COZY: Cozy dry weight

Marc J. Zeitlin

Greg Norman wrote:

I have the first edition of the Cozy MKIV owner's manual. It shows the Cozy dry weight of 1050 lbs. I don't think I slapped on too much epoxy but geeze.

No one knows where Nat got the 1050 lb. empty weight from for the first plan-built COZY MKIV (not the prototype, which was narrower, although that can't have made a 10 lb. difference). I make the assumption that he weighed it with a day VFR panel, no lights, and no upholstery and possibly before it was painted.

The closest I've ever heard of anyone getting to that 1050 lb. empty weight was Al Wick, in his 165 HP Subaru flat-4 powered COZY MKIV - IIRC, he said his plane weighed 1075 lb. empty. On the other hand, after he switched to a bigger, flat-6 Subaru, his empty weight ballooned up over 1300 lb. I don't think the plane's ever flown since the engine change, but I could be wrong.

At this point I can't carry passengers with full tanks.

You don't say what your empty weight is. I can guarantee you that you will NEVER want to put 4 people in it and fill the tanks (and fly for 6 hours like that - the back seaters will have murdered each other before you land, and the co-pilot will be beating you over the head with your headset to get you to land). Now, if you're saying that you can't put ANY passengers in with full fuel, and full fuel is about 52 - 58 gallons, depending, then the 320 - 348 lb. of fuel plus 220 lb. of pilot, being 570 lb. total, give or take, means that your plane weighs over 1450 lb. empty.

If that's true, even with the O-540 engine (give or take 100 lb. more than the O-360), yeah - you've got a pretty overweight airplane.

Anyone care to report their weight with a 320, 360, or 540?

I've done a bunch of W&B's on COZY MKIV's. Most of them are somewhere between 1150 lb. and 1250 lb. empty. A few are a bit over 1300 lb. Mine is 1225 lb, including two O2 tanks and a second alternator, with a pretty full panel. Tim Andres' plane is just over 1200 lb, and Jon Dembs' is about that as well. They're both OSH award winners. I have NOT seen a correlation between quality of build and weight - some great planes are heavy, some great planes are light, some crappy planes are heavy and some crappy planes are somewhat less heavy.

Vance Aktinson wrote:

Gross wt of the plane is determined by THE BUILDER... the designer only recommends gross wt that he has tested (or calculated).

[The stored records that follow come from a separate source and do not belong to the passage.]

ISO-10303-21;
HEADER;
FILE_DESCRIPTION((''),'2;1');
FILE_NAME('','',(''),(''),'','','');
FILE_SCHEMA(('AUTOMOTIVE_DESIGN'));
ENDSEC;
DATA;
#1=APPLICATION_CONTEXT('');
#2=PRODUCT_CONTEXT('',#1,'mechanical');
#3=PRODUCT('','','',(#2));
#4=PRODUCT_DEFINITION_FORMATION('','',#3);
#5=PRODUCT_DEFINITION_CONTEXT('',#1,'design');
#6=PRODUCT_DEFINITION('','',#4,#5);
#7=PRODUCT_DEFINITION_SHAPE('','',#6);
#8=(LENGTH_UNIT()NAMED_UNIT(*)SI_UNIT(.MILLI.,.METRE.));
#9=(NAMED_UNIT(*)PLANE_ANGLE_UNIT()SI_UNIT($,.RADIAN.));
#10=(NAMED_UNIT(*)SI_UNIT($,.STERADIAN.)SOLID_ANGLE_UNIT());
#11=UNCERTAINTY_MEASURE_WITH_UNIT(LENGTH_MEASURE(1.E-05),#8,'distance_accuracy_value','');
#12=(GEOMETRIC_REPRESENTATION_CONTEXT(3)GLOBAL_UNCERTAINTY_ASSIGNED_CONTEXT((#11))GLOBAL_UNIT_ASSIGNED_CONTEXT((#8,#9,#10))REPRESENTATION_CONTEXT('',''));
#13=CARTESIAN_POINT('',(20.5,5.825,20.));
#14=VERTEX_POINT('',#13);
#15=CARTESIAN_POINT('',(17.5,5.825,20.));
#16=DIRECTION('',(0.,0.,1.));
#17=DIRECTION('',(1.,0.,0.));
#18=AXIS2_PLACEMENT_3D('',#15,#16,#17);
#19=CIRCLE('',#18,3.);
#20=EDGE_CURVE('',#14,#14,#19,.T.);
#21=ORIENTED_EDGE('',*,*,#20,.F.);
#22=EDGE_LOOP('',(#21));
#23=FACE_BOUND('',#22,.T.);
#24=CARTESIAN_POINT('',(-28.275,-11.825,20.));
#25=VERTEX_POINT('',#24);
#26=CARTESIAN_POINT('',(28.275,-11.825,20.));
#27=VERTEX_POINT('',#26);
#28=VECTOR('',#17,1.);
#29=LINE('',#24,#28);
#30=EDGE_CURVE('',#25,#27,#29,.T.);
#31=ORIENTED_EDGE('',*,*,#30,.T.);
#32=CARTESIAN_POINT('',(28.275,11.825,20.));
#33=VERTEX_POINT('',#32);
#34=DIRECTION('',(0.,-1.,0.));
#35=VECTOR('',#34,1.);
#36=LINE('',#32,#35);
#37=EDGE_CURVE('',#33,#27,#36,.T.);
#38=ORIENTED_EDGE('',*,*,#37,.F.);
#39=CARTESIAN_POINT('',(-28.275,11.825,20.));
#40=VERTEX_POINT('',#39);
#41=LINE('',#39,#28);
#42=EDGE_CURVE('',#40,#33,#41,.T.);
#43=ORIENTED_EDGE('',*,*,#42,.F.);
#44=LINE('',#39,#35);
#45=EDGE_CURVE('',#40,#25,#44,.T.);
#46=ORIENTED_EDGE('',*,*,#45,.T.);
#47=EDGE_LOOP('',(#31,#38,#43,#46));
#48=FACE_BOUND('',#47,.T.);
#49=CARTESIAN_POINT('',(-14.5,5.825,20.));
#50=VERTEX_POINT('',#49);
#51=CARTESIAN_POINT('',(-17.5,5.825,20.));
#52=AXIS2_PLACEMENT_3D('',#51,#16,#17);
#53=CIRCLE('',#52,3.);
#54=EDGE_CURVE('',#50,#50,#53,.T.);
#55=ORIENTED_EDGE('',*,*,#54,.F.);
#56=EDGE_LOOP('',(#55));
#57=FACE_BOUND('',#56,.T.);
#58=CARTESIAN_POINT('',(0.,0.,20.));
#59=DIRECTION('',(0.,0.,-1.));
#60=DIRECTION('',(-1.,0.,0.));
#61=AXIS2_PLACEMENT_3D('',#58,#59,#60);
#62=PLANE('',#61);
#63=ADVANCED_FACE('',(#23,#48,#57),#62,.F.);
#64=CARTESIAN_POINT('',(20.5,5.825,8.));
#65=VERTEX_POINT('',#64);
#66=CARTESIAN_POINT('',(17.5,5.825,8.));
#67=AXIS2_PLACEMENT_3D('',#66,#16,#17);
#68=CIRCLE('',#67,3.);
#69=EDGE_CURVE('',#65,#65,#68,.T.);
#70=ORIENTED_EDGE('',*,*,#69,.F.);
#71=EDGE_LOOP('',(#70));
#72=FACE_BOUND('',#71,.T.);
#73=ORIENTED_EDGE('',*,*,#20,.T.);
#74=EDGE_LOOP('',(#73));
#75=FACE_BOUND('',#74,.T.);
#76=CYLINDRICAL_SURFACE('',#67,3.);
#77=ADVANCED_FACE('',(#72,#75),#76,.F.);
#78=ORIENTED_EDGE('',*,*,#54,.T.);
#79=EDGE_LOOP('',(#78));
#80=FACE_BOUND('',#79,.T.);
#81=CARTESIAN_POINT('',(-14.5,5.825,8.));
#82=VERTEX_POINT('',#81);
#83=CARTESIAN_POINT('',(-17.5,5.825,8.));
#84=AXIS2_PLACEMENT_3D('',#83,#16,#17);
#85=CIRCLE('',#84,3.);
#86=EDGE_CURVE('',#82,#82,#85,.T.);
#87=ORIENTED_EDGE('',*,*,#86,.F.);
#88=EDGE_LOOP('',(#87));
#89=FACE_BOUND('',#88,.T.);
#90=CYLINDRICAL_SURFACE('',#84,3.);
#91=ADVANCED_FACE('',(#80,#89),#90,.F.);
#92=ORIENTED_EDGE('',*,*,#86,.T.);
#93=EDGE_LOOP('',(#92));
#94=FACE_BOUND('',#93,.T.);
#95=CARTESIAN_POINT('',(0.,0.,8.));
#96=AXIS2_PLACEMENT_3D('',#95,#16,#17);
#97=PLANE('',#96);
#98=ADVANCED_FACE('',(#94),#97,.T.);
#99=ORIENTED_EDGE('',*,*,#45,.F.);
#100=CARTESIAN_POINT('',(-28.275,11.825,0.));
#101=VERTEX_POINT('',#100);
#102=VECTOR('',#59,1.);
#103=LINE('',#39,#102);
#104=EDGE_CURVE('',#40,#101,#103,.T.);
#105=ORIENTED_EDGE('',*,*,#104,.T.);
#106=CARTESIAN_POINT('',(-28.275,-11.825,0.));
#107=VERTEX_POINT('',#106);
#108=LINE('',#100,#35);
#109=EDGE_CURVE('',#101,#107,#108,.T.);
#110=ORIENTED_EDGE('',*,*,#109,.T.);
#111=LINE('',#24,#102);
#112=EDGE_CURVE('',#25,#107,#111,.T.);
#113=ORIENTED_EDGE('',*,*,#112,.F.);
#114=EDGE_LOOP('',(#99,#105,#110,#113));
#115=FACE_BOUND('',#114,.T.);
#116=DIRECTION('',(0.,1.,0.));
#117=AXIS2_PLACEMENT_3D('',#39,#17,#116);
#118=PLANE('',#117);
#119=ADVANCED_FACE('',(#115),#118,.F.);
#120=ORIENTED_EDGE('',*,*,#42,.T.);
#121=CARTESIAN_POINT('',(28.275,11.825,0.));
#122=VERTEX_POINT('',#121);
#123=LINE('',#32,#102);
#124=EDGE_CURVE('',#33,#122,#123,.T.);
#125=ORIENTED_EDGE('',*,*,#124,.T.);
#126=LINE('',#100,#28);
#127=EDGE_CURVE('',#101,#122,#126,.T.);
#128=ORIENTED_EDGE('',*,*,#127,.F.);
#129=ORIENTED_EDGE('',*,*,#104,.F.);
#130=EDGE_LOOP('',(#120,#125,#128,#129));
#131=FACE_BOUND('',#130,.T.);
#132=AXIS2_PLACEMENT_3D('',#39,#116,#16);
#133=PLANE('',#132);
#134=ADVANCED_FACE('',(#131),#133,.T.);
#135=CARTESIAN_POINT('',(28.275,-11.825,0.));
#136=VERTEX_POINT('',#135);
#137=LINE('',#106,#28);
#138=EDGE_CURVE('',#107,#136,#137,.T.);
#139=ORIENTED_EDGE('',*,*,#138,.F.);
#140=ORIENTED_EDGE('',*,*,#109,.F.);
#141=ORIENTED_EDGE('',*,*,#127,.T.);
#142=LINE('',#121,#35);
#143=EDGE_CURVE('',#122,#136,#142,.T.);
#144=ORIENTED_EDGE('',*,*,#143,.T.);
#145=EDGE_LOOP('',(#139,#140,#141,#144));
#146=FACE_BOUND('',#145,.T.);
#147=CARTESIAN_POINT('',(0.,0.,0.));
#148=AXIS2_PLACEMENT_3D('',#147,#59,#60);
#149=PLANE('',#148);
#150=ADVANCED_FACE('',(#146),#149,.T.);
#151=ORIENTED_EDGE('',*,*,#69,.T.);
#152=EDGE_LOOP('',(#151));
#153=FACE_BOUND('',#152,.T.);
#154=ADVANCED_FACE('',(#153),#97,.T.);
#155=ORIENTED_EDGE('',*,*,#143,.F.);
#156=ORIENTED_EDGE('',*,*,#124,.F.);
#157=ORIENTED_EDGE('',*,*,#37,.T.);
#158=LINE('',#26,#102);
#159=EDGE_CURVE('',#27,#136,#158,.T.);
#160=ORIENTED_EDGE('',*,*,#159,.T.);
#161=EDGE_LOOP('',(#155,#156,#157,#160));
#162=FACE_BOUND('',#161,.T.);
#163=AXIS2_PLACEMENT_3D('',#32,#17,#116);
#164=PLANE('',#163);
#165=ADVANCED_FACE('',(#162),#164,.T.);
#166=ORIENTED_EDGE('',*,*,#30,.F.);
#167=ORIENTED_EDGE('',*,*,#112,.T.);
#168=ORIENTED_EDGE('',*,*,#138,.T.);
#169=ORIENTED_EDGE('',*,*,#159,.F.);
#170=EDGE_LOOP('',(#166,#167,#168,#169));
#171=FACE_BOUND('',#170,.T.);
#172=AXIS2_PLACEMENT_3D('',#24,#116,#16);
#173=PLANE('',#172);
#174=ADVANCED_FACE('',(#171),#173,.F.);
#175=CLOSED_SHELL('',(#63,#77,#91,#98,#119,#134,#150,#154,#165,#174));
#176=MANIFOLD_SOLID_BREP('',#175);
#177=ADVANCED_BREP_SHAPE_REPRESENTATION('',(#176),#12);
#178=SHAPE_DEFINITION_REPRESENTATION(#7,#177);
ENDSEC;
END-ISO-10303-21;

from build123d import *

# Parameters (mm, degrees)
SKETCH1_W           = 56.55
SKETCH1_H           = 23.65
BOSS_EXTRUDE1_DEPTH = 20
CUT_EXTRUDE1_DEPTH  = 12


with BuildPart() as part:
    # Sketch1 → Boss-Extrude1 (new body)
    with BuildSketch(Plane.XY):
        Rectangle(SKETCH1_W, SKETCH1_H)
    extrude(amount=BOSS_EXTRUDE1_DEPTH)

    # Sketch2 → Cut-Extrude1 (cut)
    with BuildSketch(Plane.XY.offset(20)):
        with BuildLine():
            Line((-20.5, 5.825), (-17.5, 5.825))
            Line((-17.5, 5.825), (-14.5, 5.825))
            ThreePointArc((-14.5, 5.825), (-17.5, 8.825), (-20.5, 5.825))
        make_face()
        with BuildLine():
            Line((-14.5, 5.825), (-17.5, 5.825))
            Line((-17.5, 5.825), (-20.5, 5.825))
            ThreePointArc((-20.5, 5.825), (-17.5, 2.825), (-14.5, 5.825))
        make_face()
        with BuildLine():
            ThreePointArc((20.5, 5.825), (17.5, 8.825), (14.5, 5.825))
            Line((14.5, 5.825), (17.5, 5.825))
            Line((17.5, 5.825), (20.5, 5.825))
        make_face()
        with BuildLine():
            Line((17.5, 5.825), (14.5, 5.825))
            ThreePointArc((14.5, 5.825), (17.5, 2.825), (20.5, 5.825))
            Line((20.5, 5.825), (17.5, 5.825))
        make_face()
    extrude(amount=-CUT_EXTRUDE1_DEPTH, mode=Mode.SUBTRACT)


solid = part.part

While this is absolutely correct from a legal standpoint, safety should prevail over legality. The COZY MKIV's POH lists it as a 3.8G aircraft at a MGW of 2050 lb. Should you choose to fly it (and therefore, TEST it during Phase I) to 2300 lb MGW (as a few people have), you'll need to derate the maximum "G" loading to approximately 3.4G. You'll also need to realize that you'll take a LOT more runway for takeoff, have to land faster and use more runway for landing, as well as derate the landing vertical velocity that's acceptable (most LG is designed for a 10 fps (600 fpm) decent rate - if you weigh 12% more, then you should derate your maximum landing vertical velocity by somewhere around that - to 535 fpm. Now, that's a pretty hard landing, and you probably won't want to do that more than once, but by having a heavy plane you're decreasing margin in just about all areas.

And the article that Bill Allen posted a link to by Dick VanGrunsven is one that I've referenced and quoted in every OSH Forum I've given since 2012. Extremely relevant.

Now, practically, since 95% of COZY MKIV flights occur with 2 people or less, some baggage, and have 3 - 4 hour legs max., the NEED for flying the plane over 2050 lb. is low. Even 1300 lb. COZY's can generally stay below that GW.